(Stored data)
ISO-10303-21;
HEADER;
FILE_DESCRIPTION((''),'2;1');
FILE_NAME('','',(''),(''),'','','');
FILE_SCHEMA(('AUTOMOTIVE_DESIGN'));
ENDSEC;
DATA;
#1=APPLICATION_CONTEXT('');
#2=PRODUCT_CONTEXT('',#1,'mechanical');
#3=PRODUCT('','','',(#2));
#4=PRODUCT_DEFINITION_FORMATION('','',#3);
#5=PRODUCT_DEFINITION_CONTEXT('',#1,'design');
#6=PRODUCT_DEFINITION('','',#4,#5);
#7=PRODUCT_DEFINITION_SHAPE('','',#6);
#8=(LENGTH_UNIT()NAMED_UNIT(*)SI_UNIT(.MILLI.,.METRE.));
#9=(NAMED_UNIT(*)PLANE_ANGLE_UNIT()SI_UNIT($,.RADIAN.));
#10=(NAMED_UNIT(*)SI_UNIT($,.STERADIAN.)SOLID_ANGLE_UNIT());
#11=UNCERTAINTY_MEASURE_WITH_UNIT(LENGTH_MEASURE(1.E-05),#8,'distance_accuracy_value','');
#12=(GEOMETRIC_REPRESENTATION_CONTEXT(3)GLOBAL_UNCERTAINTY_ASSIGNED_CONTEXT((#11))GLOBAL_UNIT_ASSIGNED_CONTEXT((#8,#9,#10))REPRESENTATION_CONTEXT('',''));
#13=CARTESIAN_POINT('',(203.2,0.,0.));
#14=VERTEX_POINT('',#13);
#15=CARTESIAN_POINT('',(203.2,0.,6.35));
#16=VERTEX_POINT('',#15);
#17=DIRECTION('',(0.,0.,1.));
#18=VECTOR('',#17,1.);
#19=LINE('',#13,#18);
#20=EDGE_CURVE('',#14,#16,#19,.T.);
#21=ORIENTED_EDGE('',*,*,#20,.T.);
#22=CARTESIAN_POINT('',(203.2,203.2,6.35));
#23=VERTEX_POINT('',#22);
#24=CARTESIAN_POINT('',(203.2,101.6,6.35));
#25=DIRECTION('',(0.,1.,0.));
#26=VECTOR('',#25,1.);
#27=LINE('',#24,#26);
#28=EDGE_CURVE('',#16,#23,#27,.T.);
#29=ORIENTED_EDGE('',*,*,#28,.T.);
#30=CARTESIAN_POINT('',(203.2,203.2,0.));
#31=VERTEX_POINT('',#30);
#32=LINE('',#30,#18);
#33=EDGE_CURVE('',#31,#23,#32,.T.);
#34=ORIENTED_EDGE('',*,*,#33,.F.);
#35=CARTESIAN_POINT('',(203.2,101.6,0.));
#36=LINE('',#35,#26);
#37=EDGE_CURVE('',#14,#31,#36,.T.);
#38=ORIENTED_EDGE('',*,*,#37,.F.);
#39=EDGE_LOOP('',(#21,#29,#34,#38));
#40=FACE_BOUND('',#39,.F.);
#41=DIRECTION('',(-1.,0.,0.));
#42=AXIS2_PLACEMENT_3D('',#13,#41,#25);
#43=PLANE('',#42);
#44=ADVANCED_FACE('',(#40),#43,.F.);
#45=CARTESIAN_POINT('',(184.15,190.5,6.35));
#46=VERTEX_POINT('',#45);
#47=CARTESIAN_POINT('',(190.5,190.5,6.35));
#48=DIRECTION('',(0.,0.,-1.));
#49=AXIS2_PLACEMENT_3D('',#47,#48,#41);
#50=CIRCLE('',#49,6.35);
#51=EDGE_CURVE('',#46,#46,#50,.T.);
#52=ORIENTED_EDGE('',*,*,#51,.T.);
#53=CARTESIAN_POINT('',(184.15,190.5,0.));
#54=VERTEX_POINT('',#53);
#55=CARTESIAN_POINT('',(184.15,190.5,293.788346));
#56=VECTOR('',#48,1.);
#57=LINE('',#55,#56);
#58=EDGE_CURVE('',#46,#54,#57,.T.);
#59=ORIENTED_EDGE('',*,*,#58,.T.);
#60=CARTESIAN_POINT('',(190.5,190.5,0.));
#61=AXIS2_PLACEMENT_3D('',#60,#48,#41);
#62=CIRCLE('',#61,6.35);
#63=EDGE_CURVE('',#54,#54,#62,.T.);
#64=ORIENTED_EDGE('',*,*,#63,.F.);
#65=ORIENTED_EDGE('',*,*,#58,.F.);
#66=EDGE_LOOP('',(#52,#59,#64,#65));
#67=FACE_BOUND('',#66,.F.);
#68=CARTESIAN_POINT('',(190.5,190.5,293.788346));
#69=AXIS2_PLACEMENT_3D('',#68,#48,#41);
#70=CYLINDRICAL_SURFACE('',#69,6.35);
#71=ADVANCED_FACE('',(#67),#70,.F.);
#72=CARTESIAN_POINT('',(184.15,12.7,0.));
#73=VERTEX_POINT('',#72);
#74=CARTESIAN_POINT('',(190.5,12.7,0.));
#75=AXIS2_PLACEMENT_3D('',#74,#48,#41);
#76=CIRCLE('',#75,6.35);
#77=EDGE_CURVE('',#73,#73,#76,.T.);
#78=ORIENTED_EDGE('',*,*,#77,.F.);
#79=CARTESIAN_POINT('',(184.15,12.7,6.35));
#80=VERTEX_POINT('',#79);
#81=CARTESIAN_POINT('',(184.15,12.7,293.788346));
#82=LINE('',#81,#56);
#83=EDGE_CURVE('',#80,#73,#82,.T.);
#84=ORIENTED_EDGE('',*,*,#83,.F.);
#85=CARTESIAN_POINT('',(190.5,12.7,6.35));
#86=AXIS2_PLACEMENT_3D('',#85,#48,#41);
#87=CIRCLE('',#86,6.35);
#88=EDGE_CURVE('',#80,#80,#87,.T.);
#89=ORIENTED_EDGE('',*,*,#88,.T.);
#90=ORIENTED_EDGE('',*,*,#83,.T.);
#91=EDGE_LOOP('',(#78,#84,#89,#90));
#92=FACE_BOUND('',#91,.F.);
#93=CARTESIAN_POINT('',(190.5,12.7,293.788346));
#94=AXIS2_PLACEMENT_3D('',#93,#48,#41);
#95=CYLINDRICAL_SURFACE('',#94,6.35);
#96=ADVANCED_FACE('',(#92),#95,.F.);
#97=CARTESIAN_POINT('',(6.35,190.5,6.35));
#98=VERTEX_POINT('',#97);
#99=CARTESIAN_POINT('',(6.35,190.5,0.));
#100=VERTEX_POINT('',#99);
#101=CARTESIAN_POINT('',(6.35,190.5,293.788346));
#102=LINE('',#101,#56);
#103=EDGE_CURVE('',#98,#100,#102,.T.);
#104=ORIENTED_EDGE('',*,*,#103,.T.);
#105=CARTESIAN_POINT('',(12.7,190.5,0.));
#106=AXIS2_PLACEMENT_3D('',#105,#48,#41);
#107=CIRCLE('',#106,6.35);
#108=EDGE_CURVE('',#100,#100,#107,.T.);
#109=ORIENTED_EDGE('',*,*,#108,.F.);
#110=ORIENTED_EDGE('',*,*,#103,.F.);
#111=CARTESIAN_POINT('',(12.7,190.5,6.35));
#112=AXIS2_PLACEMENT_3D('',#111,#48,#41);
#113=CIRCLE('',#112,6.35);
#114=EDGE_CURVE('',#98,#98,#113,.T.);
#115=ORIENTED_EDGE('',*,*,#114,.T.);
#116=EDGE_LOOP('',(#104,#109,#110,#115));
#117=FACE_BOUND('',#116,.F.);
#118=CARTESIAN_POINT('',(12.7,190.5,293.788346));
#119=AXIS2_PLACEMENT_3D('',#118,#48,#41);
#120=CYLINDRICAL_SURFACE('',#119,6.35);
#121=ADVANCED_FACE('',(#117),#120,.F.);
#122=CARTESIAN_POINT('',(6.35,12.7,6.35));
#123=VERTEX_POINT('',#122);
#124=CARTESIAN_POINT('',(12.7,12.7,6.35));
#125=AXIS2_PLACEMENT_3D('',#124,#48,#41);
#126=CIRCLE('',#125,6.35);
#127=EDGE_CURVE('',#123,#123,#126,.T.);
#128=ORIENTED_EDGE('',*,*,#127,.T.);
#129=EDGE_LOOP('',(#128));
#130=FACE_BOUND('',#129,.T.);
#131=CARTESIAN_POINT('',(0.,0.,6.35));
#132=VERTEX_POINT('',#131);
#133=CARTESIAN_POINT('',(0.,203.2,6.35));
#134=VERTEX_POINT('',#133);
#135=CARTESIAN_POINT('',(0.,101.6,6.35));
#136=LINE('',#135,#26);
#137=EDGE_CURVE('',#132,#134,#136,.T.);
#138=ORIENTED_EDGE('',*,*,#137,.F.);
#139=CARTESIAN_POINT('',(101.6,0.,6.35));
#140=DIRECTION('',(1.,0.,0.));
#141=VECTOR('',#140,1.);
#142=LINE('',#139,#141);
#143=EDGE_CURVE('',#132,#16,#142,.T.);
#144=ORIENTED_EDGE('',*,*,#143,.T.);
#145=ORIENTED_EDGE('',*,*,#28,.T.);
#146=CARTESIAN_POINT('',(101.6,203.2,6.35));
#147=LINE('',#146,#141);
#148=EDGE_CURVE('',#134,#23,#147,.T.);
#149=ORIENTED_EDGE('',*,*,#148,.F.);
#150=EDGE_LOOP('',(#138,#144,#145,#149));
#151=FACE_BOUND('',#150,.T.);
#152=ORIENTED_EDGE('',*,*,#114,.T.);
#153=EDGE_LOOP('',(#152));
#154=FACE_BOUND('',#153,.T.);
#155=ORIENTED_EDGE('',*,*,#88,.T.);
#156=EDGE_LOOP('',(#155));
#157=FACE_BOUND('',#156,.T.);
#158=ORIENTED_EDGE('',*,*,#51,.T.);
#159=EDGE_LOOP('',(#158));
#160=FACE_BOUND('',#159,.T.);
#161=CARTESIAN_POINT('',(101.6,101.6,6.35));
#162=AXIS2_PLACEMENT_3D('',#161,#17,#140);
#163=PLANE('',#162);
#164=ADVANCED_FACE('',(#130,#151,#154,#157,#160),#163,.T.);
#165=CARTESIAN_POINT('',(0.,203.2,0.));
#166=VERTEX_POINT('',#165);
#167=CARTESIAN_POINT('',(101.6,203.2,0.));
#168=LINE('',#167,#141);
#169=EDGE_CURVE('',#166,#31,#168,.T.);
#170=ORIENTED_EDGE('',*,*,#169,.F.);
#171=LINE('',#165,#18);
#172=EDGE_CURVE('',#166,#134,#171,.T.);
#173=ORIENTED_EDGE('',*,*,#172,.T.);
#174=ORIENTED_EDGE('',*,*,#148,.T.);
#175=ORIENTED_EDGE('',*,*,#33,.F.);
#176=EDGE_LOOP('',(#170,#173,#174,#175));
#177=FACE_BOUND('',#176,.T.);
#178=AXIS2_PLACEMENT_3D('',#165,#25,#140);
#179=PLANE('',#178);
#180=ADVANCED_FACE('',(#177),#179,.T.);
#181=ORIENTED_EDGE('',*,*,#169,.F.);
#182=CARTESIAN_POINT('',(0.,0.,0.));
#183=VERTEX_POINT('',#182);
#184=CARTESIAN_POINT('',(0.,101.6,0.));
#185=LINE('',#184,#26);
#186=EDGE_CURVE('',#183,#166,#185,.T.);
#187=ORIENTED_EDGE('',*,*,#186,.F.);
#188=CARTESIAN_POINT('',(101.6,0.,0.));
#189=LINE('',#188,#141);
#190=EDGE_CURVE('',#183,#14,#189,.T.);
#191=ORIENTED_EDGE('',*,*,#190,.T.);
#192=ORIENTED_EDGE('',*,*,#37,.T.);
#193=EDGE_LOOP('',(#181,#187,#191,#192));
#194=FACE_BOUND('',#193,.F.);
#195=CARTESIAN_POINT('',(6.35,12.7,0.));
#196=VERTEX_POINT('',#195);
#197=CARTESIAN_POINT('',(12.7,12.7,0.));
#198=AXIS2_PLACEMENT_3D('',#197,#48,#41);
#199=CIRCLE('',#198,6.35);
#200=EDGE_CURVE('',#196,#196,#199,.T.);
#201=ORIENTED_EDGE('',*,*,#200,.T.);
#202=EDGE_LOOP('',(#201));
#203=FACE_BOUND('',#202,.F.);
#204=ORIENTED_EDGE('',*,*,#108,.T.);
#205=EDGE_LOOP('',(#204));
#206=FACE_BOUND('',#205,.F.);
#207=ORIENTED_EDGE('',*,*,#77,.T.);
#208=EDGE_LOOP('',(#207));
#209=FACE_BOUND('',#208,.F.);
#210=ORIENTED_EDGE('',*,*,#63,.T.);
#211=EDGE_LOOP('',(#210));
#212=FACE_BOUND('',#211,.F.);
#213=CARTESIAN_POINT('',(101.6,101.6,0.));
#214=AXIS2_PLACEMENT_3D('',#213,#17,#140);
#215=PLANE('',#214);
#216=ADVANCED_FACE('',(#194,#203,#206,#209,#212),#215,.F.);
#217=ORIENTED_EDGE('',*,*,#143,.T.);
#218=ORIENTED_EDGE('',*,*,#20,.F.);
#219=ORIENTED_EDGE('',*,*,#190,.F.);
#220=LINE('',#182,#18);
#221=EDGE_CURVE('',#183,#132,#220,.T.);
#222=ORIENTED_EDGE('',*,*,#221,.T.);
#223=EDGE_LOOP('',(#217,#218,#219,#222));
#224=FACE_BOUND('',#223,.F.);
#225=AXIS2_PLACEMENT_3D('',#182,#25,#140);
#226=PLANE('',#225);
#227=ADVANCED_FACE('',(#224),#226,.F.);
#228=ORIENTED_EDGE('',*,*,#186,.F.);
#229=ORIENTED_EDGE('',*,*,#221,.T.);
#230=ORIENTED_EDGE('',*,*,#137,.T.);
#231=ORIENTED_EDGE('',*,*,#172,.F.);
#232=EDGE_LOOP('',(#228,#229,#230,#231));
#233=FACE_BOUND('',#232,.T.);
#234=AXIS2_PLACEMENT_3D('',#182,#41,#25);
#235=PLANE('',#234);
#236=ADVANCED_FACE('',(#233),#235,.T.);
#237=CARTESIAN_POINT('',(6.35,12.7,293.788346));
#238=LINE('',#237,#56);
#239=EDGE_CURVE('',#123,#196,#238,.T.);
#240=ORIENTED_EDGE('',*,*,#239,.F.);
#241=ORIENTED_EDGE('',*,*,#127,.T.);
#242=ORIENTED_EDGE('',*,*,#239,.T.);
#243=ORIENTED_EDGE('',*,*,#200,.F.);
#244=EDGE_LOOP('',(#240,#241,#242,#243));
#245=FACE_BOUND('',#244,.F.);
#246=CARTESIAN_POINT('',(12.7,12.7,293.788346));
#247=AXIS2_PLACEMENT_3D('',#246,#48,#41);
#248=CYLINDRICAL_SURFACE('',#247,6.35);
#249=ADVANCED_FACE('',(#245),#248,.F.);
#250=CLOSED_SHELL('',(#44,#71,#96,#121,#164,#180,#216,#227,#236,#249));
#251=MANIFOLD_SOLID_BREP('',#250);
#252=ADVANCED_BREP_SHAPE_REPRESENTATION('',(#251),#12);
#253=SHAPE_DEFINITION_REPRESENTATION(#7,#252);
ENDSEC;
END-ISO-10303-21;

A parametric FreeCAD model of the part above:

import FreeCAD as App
import Part
import Sketcher
from FreeCAD import Vector
Q = App.Units.Quantity

doc = App.newDocument("Part")
body = doc.addObject("PartDesign::Body", "Body")

sketch1 = doc.addObject("Sketcher::SketchObject", "Sketch")
body.addObject(sketch1)
sketch1.AttachmentSupport = (doc.XY_Plane, [""])
sketch1.MapMode = "FlatFace"
sketch1.addGeometry([
    Part.LineSegment(Vector(0, 203, 0), Vector(0, 0, 0)),
    Part.LineSegment(Vector(0, 0, 0), Vector(203, 0, 0)),
    Part.LineSegment(Vector(203, 0, 0), Vector(203, 203, 0)),
    Part.LineSegment(Vector(203, 203, 0), Vector(0, 203, 0)),
], False)
sketch1.addConstraint([
    Sketcher.Constraint("Coincident", 0, 2, 1, 1),
    Sketcher.Constraint("Coincident", 1, 2, 2, 1),
    Sketcher.Constraint("Coincident", 2, 2, 3, 1),
    Sketcher.Constraint("Coincident", 3, 2, 0, 1),
    Sketcher.Constraint("Vertical", 0),
    Sketcher.Constraint("Horizontal", 1),
    Sketcher.Constraint("Vertical", 2),
    Sketcher.Constraint("Horizontal", 3),
    Sketcher.Constraint("Coincident", 0, 2, -1, 1),
    Sketcher.Constraint("Equal", 3, 0),
    Sketcher.Constraint("DistanceX", 1, 1, 1, 2, Q("8 in")),
])
pad1 = doc.addObject("PartDesign::Pad", "Pad")
body.addObject(pad1)
pad1.Profile = sketch1
pad1.Length = Q("0.25 in")

sketch2 = doc.addObject("Sketcher::SketchObject", "Sketch001")
body.addObject(sketch2)
sketch2.AttachmentSupport = (doc.XY_Plane, [""])
sketch2.MapMode = "FlatFace"
sketch2.AttachmentOffset = App.Placement(Vector(0, 0, 0.25 * 25.4), App.Rotation())
sketch2.addGeometry([
    Part.Circle(Vector(13, 190, 0), Vector(0, 0, 1), 6),
    Part.Circle(Vector(13, 13, 0), Vector(0, 0, 1), 6),
    Part.Circle(Vector(190, 13, 0), Vector(0, 0, 1), 6),
    Part.Circle(Vector(190, 190, 0), Vector(0, 0, 1), 6),
], False)
sketch2.addConstraint([
    Sketcher.Constraint("Equal", 0, 1),
    Sketcher.Constraint("Equal", 1, 2),
    Sketcher.Constraint("Equal", 2, 3),
    Sketcher.Constraint("Horizontal", 1, 3, 2, 3),
    Sketcher.Constraint("Horizontal", 0, 3, 3, 3),
    Sketcher.Constraint("Vertical", 0, 3, 1, 3),
    Sketcher.Constraint("Vertical", 2, 3, 3, 3),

What to do
The first line of the records and every line down to the line with "#8=(LENGTH_UNIT()NAMED_UNIT(*)SI_UNIT(.MILLI.,.METRE.));" must be quoted exactly; leave out all else.

Response to this exercise
ISO-10303-21;
HEADER;
FILE_DESCRIPTION((''),'2;1');
FILE_NAME('','',(''),(''),'','','');
FILE_SCHEMA(('AUTOMOTIVE_DESIGN'));
ENDSEC;
DATA;
#1=APPLICATION_CONTEXT('');
#2=PRODUCT_CONTEXT('',#1,'mechanical');
#3=PRODUCT('','','',(#2));
#4=PRODUCT_DEFINITION_FORMATION('','',#3);
#5=PRODUCT_DEFINITION_CONTEXT('',#1,'design');
#6=PRODUCT_DEFINITION('','',#4,#5);
#7=PRODUCT_DEFINITION_SHAPE('','',#6);
#8=(LENGTH_UNIT()NAMED_UNIT(*)SI_UNIT(.MILLI.,.METRE.));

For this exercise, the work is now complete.